A report of investigation is attached to and made part of the record. In that report B---- was asked whether or not he appeared in court in Nuevo Laredo, Mexico, subsequent to July 9, 1947, for the purpose of instituting a suit for divorce, and in response to that question he alleges that he went to "what they call the civil judge." He was thereupon asked whether or not the divorce was granted in any civil court in Nuevo Laredo, Mexico, before he left that country, to which he responded in the negative. He was further asked where he resided immediately following July 9, 1947, whereupon he stated that he was in Mexico for about 4 days and that he "was back and forth across the river there several times * * *." He further asserted that he resided "on the American side at Laredo for approximately 1 or 2 weeks."
So far as the record shows, there was constructive service in connection with the dissolution of the marriage. There is some allegation that he was unaware of the whereabouts of the first wife, although at that time she was a patient in a mental institution in Florida. To this extent his marital life was disrupted and he has been living apart from this first wife because of her being a patient in such hospital.
The case is distinguishable from the usual case of a Mexican "mail order" divorce where neither party to the divorce action is at any time during the pendency of the case within the jurisdiction of the court. Here the plaintiff in the divorce case was in Mexico and within the jurisdiction of the court.

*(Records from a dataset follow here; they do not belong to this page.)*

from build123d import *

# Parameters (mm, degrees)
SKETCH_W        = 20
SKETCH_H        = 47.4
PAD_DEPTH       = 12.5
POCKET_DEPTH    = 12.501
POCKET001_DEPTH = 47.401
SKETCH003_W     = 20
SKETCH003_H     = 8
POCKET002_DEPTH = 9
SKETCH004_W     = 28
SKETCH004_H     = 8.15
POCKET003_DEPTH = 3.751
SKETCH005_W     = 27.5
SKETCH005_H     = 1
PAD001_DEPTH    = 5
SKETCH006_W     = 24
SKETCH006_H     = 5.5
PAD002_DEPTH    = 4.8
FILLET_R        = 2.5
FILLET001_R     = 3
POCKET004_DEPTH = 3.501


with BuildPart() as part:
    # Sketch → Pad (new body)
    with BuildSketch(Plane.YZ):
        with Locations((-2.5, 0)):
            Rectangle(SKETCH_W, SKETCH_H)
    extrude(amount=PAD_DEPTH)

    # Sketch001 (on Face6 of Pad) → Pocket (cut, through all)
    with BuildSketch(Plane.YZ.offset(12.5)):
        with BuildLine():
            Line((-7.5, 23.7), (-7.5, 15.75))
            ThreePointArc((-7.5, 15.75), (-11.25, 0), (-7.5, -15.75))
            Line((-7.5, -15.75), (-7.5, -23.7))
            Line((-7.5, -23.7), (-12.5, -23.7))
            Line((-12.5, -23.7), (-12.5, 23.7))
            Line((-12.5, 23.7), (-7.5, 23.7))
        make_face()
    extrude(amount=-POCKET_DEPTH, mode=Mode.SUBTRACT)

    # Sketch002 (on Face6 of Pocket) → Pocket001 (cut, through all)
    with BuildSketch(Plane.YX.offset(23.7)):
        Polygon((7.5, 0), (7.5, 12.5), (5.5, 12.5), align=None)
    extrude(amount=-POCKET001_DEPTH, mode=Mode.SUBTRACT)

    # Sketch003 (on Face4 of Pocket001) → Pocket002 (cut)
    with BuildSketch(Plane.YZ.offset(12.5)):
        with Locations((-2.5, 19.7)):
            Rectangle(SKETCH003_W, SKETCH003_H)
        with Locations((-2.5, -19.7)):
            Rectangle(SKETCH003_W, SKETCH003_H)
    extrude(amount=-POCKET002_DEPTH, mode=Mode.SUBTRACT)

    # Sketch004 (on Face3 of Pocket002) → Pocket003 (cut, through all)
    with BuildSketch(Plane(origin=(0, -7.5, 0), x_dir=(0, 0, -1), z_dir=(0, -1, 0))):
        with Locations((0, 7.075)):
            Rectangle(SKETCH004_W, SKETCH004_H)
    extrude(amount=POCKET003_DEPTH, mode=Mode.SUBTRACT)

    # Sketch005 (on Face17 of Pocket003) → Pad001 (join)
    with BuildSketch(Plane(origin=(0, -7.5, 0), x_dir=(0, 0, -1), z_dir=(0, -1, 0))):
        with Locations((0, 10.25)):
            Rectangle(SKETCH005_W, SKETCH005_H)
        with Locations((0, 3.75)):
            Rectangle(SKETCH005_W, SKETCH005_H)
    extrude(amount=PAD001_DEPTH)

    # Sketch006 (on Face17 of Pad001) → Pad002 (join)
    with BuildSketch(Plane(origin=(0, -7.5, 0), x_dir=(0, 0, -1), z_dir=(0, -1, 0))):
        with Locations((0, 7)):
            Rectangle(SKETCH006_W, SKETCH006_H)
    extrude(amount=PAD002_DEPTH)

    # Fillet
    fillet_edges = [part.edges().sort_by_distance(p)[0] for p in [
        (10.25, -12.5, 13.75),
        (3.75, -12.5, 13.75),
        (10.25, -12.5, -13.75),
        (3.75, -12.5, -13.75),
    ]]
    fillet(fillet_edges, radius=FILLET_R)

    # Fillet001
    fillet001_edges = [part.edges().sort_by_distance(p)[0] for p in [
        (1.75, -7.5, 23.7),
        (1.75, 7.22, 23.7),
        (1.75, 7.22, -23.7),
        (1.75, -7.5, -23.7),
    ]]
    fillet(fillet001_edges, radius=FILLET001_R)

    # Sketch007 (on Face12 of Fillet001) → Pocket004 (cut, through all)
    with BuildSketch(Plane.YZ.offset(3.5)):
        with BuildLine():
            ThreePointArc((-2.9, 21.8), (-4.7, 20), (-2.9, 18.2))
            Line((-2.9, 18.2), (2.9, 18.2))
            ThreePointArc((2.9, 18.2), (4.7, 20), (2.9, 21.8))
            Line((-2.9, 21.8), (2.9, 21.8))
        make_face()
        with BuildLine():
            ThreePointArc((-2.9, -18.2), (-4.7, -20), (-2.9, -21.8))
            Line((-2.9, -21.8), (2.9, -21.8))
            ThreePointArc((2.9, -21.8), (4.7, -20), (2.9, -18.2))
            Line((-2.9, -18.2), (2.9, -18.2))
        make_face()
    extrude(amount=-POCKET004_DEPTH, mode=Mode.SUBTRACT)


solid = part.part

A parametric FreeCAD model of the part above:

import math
import FreeCAD as App
import Part
import Sketcher

V = App.Vector
Q = App.Units.Quantity


def edges_at(feature, points):
    """Names of the edges that pass closest to the given points."""
    edges = feature.Shape.Edges
    near = lambda p: min(range(len(edges)), key=lambda i: edges[i].distToShape(Part.Vertex(*p))[0])
    return sorted({f"Edge{near(p) + 1}" for p in points})

doc = App.newDocument("Part")
body = doc.addObject("PartDesign::Body", "Body")

# Sketch on YZ plane
sketch1 = doc.addObject("Sketcher::SketchObject", "Sketch")
body.addObject(sketch1)
sketch1.AttachmentSupport = (doc.YZ_Plane, [""])
sketch1.MapMode = "FlatFace"
sketch1.addGeometry([
    Part.LineSegment(V(-12, 24, 0), V(-12, -24, 0)),
    Part.LineSegment(V(-12, -24, 0), V(8, -24, 0)),
    Part.LineSegment(V(8, -24, 0), V(8, 24, 0)),
    Part.LineSegment(V(8, 24, 0), V(-12, 24, 0)),
], False)
sketch1.addConstraint([
    Sketcher.Constraint("Coincident", 0, 2, 1, 1),
    Sketcher.Constraint("Coincident", 1, 2, 2, 1),
    Sketcher.Constraint("Coincident", 2, 2, 3, 1),
    Sketcher.Constraint("Coincident", 3, 2, 0, 1),
    Sketcher.Constraint("Vertical", 0),
    Sketcher.Constraint("Horizontal", 1),
    Sketcher.Constraint("Vertical", 2),
    Sketcher.Constraint("Horizontal", 3),
    Sketcher.Constraint("DistanceX", 1, 1, 1, 2, Q("20 mm")),
    Sketcher.Constraint("DistanceY", 0, 2, 0, 1, Q("47.4 mm")),
    Sketcher.Constraint("DistanceX", 0, 2, -1, 1, Q("12.5 mm")),
    Sketcher.Constraint("DistanceY", 0, 2, -1, 1, Q("23.7 mm")),
])
pad1 = doc.addObject("PartDesign::Pad", "Pad")
body.addObject(pad1)
pad1.Profile = sketch1
pad1.Length = 12.5

# Sketch on YZ plane
sketch2 = doc.addObject("Sketcher::SketchObject", "Sketch001")
body.addObject(sketch2)
sketch2.AttachmentSupport = (doc.YZ_Plane, [""])
sketch2.MapMode = "FlatFace"
sketch2.AttachmentOffset = App.Placement(V(0, 0, 12.5), App.Rotation())
sketch2.addGeometry([
    Part.LineSegment(V(-8, 16, 0), V(-8, 24, 0)),  # 0
    Part.LineSegment(V(-8, 24, 0), V(-12, 24, 0)),  # 1
    Part.LineSegment(V(-12, 24, 0), V(-12, -24, 0)),  # 2
    Part.LineSegment(V(-12, -24, 0), V(-8, -24, 0)),  # 3
    Part.LineSegment(V(-8, -24, 0), V(-8, -16, 0)),  # 4
    Part.ArcOfCircle(Part.Circle(V(24, 0, 0), V(0, 0, 1), 35), math.radians(153), math.radians(207)),  # 5
], False)
sketch2.addConstraint([
    Sketcher.Constraint("Coincident", 0, 2, 1, 1),
    Sketcher.Constraint("Coincident", 1, 2, 2, 1),
    Sketcher.Constraint("Coincident", 2, 2, 3, 1),
    Sketcher.Constraint("Coincident", 3, 2, 4, 1),
    Sketcher.Constraint("Coincident", 4, 2, 5, 2),
    Sketcher.Constraint("Coincident", 5, 1, 0, 1),
    Sketcher.Constraint("Vertical", 0),
    Sketcher.Constraint("Horizontal", 1),
    Sketcher.Constraint("Vertical", 2),
    Sketcher.Constraint("Horizontal", 3),
    Sketcher.Constraint("Vertical", 4),
    Sketcher.Constraint("Symmetric", 0, 2, 3, 2, -1),
    Sketcher.Constraint("PointOnObject", 5, 3, -1),
    Sketcher.Constraint("DistanceX", 1, 2, 1, 1, Q("5 mm")),
    Sketcher.Constraint("Radius", 5, Q("34.95 mm")),
    Sketcher.Constraint("DistanceY", 2, 2, 2, 1, Q("47.4 mm")),
    Sketcher.Constraint("DistanceY", 0, 1, 0, 2, Q("7.95 mm")),
    Sketcher.Constraint("DistanceX", -1, 1, 5, 3, Q("23.7 mm")),
])
pocket1 = doc.addObject("PartDesign::Pocket", "Pocket")
body.addObject(pocket1)
pocket1.Profile = sketch2
pocket1.Type = "ThroughAll"

# Sketch on XY plane
sketch3 = doc.addObject("Sketcher::SketchObject", "Sketch002")
body.addObject(sketch3)
sketch3.AttachmentSupport = (doc.XY_Plane, [""])
sketch3.MapMode = "FlatFace"
sketch3.AttachmentOffset = App.Placement(V(0, 0, -23.7), App.Rotation())
sketch3.addGeometry([
    Part.LineSegment(V(0, 7.5, 0), V(12.5, 7.5, 0)),
    Part.LineSegment(V(12.5, 7.5, 0), V(12.5, 5.5, 0)),
    Part.LineSegment(V(12.5, 5.5, 0), V(0, 7.5, 0)),
], False)
sketch3.addConstraint([
    Sketcher.Constraint("Coincident", 0, 2, 1, 1),
    Sketcher.Constraint("Coincident", 1, 2, 2, 1),
    Sketcher.Constraint("Coincident", 2, 2, 0, 1),
    Sketcher.Constraint("Horizontal", 0),
    Sketcher.Constraint("Vertical", 1),
    Sketcher.Constraint("PointOnObject", 2, 2, -2),
    Sketcher.Constraint("DistanceY", 1, 2, 1, 1, Q("2 mm")),
    Sketcher.Constraint("DistanceX", 0, 1, 0, 2, Q("12.5 mm")),
    Sketcher.Constraint("DistanceY", -1, 1, 0, 2, Q("7.5 mm")),
])
pocket2 = doc.addObject("PartDesign::Pocket", "Pocket001")
body.addObject(pocket2)
pocket2.Profile = sketch3
pocket2.Type = "ThroughAll"
pocket2.Reversed = True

The Service takes the view that the State of Georgia, the State where the petitioner married the beneficiary of the visa petition, will not recognize the Mexican divorce and hence, the marriage in Georgia is invalid. It also takes the view that Florida will not recognize the invalid Georgia marriage nor would it recognize the Mexican divorce. The Service reasons that as the petitioner was not domiciled in Mexico under decisions of the courts of Georgia and Florida these States will not recognize such a divorce. In support of its view it cites cases where divorces granted in a third State have not been recognized by Georgia and Florida. If this view be sound the immigration authorities must inquire into the validity of every divorce whether obtained within the United States or elsewhere and satisfy itself that the petitioner in the divorce action in every instance was domiciled within the jurisdiction of the court granting the decree before a subsequent marriage will be recognized. This we feel is improper. It is our view that an administrative agency is going far beyond its legislative sphere when it attempts to inquire into the issue of whether the petitioner for a divorce was domiciled within the jurisdiction of the court granting the decree and therefore whether the decree ought to be recognized.
We think inquiry into the jurisdiction of the court should stop when it is ascertained that a party to the proceeding was actually within the court's jurisdiction. Here the petitioner was physically within the court's jurisdiction. That should end the matter. Whether the petitioner established a domicile we think immaterial. It would certainly transcend any power executive agencies have so far assumed to scrutinize divorces in the manner the decision of the Service suggests.
It is ordered that the appeal from the decision of the Commissioner be sustained and that the visa petition be approved.